── Dataset records

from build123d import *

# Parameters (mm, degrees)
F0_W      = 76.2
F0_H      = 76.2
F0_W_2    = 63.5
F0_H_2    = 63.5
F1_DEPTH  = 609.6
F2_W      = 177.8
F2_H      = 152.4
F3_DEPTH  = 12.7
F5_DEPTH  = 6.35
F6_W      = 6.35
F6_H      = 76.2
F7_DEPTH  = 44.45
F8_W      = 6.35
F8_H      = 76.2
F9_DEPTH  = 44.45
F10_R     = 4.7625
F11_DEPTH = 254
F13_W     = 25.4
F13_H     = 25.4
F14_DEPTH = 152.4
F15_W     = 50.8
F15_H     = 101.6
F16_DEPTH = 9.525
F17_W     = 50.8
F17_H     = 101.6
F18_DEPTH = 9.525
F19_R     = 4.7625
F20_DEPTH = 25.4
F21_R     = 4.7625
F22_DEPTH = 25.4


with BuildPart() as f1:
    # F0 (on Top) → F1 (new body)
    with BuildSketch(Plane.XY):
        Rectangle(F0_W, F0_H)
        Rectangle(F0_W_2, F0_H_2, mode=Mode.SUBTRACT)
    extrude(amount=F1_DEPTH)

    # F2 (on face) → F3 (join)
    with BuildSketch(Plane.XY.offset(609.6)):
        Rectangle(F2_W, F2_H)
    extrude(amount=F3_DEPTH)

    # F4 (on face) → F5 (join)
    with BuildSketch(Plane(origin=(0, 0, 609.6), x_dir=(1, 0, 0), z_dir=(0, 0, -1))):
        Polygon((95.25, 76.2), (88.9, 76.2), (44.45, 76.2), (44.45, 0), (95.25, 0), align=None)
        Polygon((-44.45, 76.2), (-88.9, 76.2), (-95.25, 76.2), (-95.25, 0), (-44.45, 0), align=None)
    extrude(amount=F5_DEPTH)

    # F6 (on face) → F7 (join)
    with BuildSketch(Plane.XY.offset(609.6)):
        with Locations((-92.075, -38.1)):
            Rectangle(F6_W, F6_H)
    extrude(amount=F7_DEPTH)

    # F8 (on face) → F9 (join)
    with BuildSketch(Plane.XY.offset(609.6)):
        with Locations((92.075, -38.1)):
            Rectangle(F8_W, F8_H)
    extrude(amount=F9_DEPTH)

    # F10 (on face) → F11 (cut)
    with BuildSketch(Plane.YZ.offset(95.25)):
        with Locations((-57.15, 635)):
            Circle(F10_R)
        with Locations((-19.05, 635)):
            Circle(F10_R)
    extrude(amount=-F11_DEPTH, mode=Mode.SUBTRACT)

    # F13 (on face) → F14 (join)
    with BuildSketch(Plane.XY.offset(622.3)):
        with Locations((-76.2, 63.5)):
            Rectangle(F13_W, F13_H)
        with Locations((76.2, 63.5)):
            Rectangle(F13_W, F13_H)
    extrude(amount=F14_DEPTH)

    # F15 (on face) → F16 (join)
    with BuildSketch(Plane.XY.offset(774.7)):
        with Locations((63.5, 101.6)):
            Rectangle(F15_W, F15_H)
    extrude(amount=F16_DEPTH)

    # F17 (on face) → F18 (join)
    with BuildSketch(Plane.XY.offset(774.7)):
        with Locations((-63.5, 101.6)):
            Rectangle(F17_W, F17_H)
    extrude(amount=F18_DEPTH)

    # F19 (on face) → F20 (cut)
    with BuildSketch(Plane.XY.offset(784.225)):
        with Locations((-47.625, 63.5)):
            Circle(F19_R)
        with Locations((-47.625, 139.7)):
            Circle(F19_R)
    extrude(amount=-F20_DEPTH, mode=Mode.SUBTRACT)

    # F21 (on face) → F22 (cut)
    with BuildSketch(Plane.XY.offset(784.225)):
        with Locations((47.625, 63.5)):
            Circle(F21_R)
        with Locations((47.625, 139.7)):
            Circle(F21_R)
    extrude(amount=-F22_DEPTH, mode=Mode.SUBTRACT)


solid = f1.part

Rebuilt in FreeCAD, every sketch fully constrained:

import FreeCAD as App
import Part
import Sketcher

V = App.Vector
Q = App.Units.Quantity

doc = App.newDocument("Part")
body = doc.addObject("PartDesign::Body", "Body")

sketch1 = body.newObject("Sketcher::SketchObject", "Sketch")
sketch1.AttachmentSupport = (doc.getObject("XY_Plane"), [""])
sketch1.MapMode = "FlatFace"
sketch1.addGeometry(Part.LineSegment(V(-38, 38, 0), V(-38, -38, 0)), False)
sketch1.addGeometry(Part.LineSegment(V(-38, -38, 0), V(38, -38, 0)), False)
sketch1.addGeometry(Part.LineSegment(V(38, -38, 0), V(38, 38, 0)), False)
sketch1.addGeometry(Part.LineSegment(V(38, 38, 0), V(-38, 38, 0)), False)
sketch1.addGeometry(Part.LineSegment(V(32, -32, 0), V(-32, -32, 0)), False)
sketch1.addGeometry(Part.LineSegment(V(-32, -32, 0), V(-32, 32, 0)), False)
sketch1.addGeometry(Part.LineSegment(V(-32, 32, 0), V(32, 32, 0)), False)
sketch1.addGeometry(Part.LineSegment(V(32, 32, 0), V(32, -32, 0)), False)
sketch1.addConstraint(Sketcher.Constraint("Coincident", 0, 2, 1, 1))
sketch1.addConstraint(Sketcher.Constraint("Coincident", 1, 2, 2, 1))
sketch1.addConstraint(Sketcher.Constraint("Coincident", 2, 2, 3, 1))
sketch1.addConstraint(Sketcher.Constraint("Coincident", 3, 2, 0, 1))
sketch1.addConstraint(Sketcher.Constraint("Coincident", 4, 2, 5, 1))
sketch1.addConstraint(Sketcher.Constraint("Coincident", 5, 2, 6, 1))
sketch1.addConstraint(Sketcher.Constraint("Coincident", 6, 2, 7, 1))
sketch1.addConstraint(Sketcher.Constraint("Coincident", 7, 2, 4, 1))
sketch1.addConstraint(Sketcher.Constraint("Vertical", 0))
sketch1.addConstraint(Sketcher.Constraint("Horizontal", 1))
sketch1.addConstraint(Sketcher.Constraint("Vertical", 2))
sketch1.addConstraint(Sketcher.Constraint("Horizontal", 3))
sketch1.addConstraint(Sketcher.Constraint("Horizontal", 4))
sketch1.addConstraint(Sketcher.Constraint("Vertical", 5))
sketch1.addConstraint(Sketcher.Constraint("Horizontal", 6))
sketch1.addConstraint(Sketcher.Constraint("Vertical", 7))
sketch1.addConstraint(Sketcher.Constraint("Symmetric", 0, 2, 2, 2, -1, 1))
sketch1.addConstraint(Sketcher.Constraint("Symmetric", 4, 2, 6, 2, -1, 1))
sketch1.addConstraint(Sketcher.Constraint("Equal", 3, 0))
sketch1.addConstraint(Sketcher.Constraint("Equal", 6, 5))
sketch1.addConstraint(Sketcher.Constraint("DistanceX", 1, 1, 1, 2, Q("3 in")))
sketch1.addConstraint(Sketcher.Constraint("DistanceX", 4, 2, 4, 1, Q("2.5 in")))
pad1 = body.newObject("PartDesign::Pad", "Pad")
pad1.Profile = sketch1
pad1.Length = Q("24 in")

────

> [Exercise requirements] Each entry above must be retyped exactly.

> [Exercise answer]
from build123d import *

# Parameters (mm, degrees)
F0_W      = 76.2
F0_H      = 76.2
F0_W_2    = 63.5
F0_H_2    = 63.5
F1_DEPTH  = 609.6
F2_W      = 177.8
F2_H      = 152.4
F3_DEPTH  = 12.7
F5_DEPTH  = 6.35
F6_W      = 6.35
F6_H      = 76.2
F7_DEPTH  = 44.45
F8_W      = 6.35
F8_H      = 76.2
F9_DEPTH  = 44.45
F10_R     = 4.7625
F11_DEPTH = 254
F13_W     = 25.4
F13_H     = 25.4
F14_DEPTH = 152.4
F15_W     = 50.8
F15_H     = 101.6
F16_DEPTH = 9.525
F17_W     = 50.8
F17_H     = 101.6
F18_DEPTH = 9.525
F19_R     = 4.7625
F20_DEPTH = 25.4
F21_R     = 4.7625
F22_DEPTH = 25.4


with BuildPart() as f1:
    # F0 (on Top) → F1 (new body)
    with BuildSketch(Plane.XY):
        Rectangle(F0_W, F0_H)
        Rectangle(F0_W_2, F0_H_2, mode=Mode.SUBTRACT)
    extrude(amount=F1_DEPTH)

    # F2 (on face) → F3 (join)
    with BuildSketch(Plane.XY.offset(609.6)):
        Rectangle(F2_W, F2_H)
    extrude(amount=F3_DEPTH)

    # F4 (on face) → F5 (join)
    with BuildSketch(Plane(origin=(0, 0, 609.6), x_dir=(1, 0, 0), z_dir=(0, 0, -1))):
        Polygon((95.25, 76.2), (88.9, 76.2), (44.45, 76.2), (44.45, 0), (95.25, 0), align=None)
        Polygon((-44.45, 76.2), (-88.9, 76.2), (-95.25, 76.2), (-95.25, 0), (-44.45, 0), align=None)
    extrude(amount=F5_DEPTH)

    # F6 (on face) → F7 (join)
    with BuildSketch(Plane.XY.offset(609.6)):
        with Locations((-92.075, -38.1)):
            Rectangle(F6_W, F6_H)
    extrude(amount=F7_DEPTH)

    # F8 (on face) → F9 (join)
    with BuildSketch(Plane.XY.offset(609.6)):
        with Locations((92.075, -38.1)):
            Rectangle(F8_W, F8_H)
    extrude(amount=F9_DEPTH)

    # F10 (on face) → F11 (cut)
    with BuildSketch(Plane.YZ.offset(95.25)):
        with Locations((-57.15, 635)):
            Circle(F10_R)
        with Locations((-19.05, 635)):
            Circle(F10_R)
    extrude(amount=-F11_DEPTH, mode=Mode.SUBTRACT)

    # F13 (on face) → F14 (join)
    with BuildSketch(Plane.XY.offset(622.3)):
        with Locations((-76.2, 63.5)):
            Rectangle(F13_W, F13_H)
        with Locations((76.2, 63.5)):
            Rectangle(F13_W, F13_H)
    extrude(amount=F14_DEPTH)

    # F15 (on face) → F16 (join)
    with BuildSketch(Plane.XY.offset(774.7)):
        with Locations((63.5, 101.6)):
            Rectangle(F15_W, F15_H)
    extrude(amount=F16_DEPTH)

    # F17 (on face) → F18 (join)
    with BuildSketch(Plane.XY.offset(774.7)):
        with Locations((-63.5, 101.6)):
            Rectangle(F17_W, F17_H)
    extrude(amount=F18_DEPTH)

    # F19 (on face) → F20 (cut)
    with BuildSketch(Plane.XY.offset(784.225)):
        with Locations((-47.625, 63.5)):
            Circle(F19_R)
        with Locations((-47.625, 139.7)):
            Circle(F19_R)
    extrude(amount=-F20_DEPTH, mode=Mode.SUBTRACT)

    # F21 (on face) → F22 (cut)
    with BuildSketch(Plane.XY.offset(784.225)):
        with Locations((47.625, 63.5)):
            Circle(F21_R)
        with Locations((47.625, 139.7)):
            Circle(F21_R)
    extrude(amount=-F22_DEPTH, mode=Mode.SUBTRACT)


solid = f1.part

Rebuilt in FreeCAD, every sketch fully constrained:

import FreeCAD as App
import Part
import Sketcher

V = App.Vector
Q = App.Units.Quantity

doc = App.newDocument("Part")
body = doc.addObject("PartDesign::Body", "Body")

sketch1 = body.newObject("Sketcher::SketchObject", "Sketch")
sketch1.AttachmentSupport = (doc.getObject("XY_Plane"), [""])
sketch1.MapMode = "FlatFace"
sketch1.addGeometry(Part.LineSegment(V(-38, 38, 0), V(-38, -38, 0)), False)
sketch1.addGeometry(Part.LineSegment(V(-38, -38, 0), V(38, -38, 0)), False)
sketch1.addGeometry(Part.LineSegment(V(38, -38, 0), V(38, 38, 0)), False)
sketch1.addGeometry(Part.LineSegment(V(38, 38, 0), V(-38, 38, 0)), False)
sketch1.addGeometry(Part.LineSegment(V(32, -32, 0), V(-32, -32, 0)), False)
sketch1.addGeometry(Part.LineSegment(V(-32, -32, 0), V(-32, 32, 0)), False)
sketch1.addGeometry(Part.LineSegment(V(-32, 32, 0), V(32, 32, 0)), False)
sketch1.addGeometry(Part.LineSegment(V(32, 32, 0), V(32, -32, 0)), False)
sketch1.addConstraint(Sketcher.Constraint("Coincident", 0, 2, 1, 1))
sketch1.addConstraint(Sketcher.Constraint("Coincident", 1, 2, 2, 1))
sketch1.addConstraint(Sketcher.Constraint("Coincident", 2, 2, 3, 1))
sketch1.addConstraint(Sketcher.Constraint("Coincident", 3, 2, 0, 1))
sketch1.addConstraint(Sketcher.Constraint("Coincident", 4, 2, 5, 1))
sketch1.addConstraint(Sketcher.Constraint("Coincident", 5, 2, 6, 1))
sketch1.addConstraint(Sketcher.Constraint("Coincident", 6, 2, 7, 1))
sketch1.addConstraint(Sketcher.Constraint("Coincident", 7, 2, 4, 1))
sketch1.addConstraint(Sketcher.Constraint("Vertical", 0))
sketch1.addConstraint(Sketcher.Constraint("Horizontal", 1))
sketch1.addConstraint(Sketcher.Constraint("Vertical", 2))
sketch1.addConstraint(Sketcher.Constraint("Horizontal", 3))
sketch1.addConstraint(Sketcher.Constraint("Horizontal", 4))
sketch1.addConstraint(Sketcher.Constraint("Vertical", 5))
sketch1.addConstraint(Sketcher.Constraint("Horizontal", 6))
sketch1.addConstraint(Sketcher.Constraint("Vertical", 7))
sketch1.addConstraint(Sketcher.Constraint("Symmetric", 0, 2, 2, 2, -1, 1))
sketch1.addConstraint(Sketcher.Constraint("Symmetric", 4, 2, 6, 2, -1, 1))
sketch1.addConstraint(Sketcher.Constraint("Equal", 3, 0))
sketch1.addConstraint(Sketcher.Constraint("Equal", 6, 5))
sketch1.addConstraint(Sketcher.Constraint("DistanceX", 1, 1, 1, 2, Q("3 in")))
sketch1.addConstraint(Sketcher.Constraint("DistanceX", 4, 2, 4, 1, Q("2.5 in")))
pad1 = body.newObject("PartDesign::Pad", "Pad")
pad1.Profile = sketch1
pad1.Length = Q("24 in")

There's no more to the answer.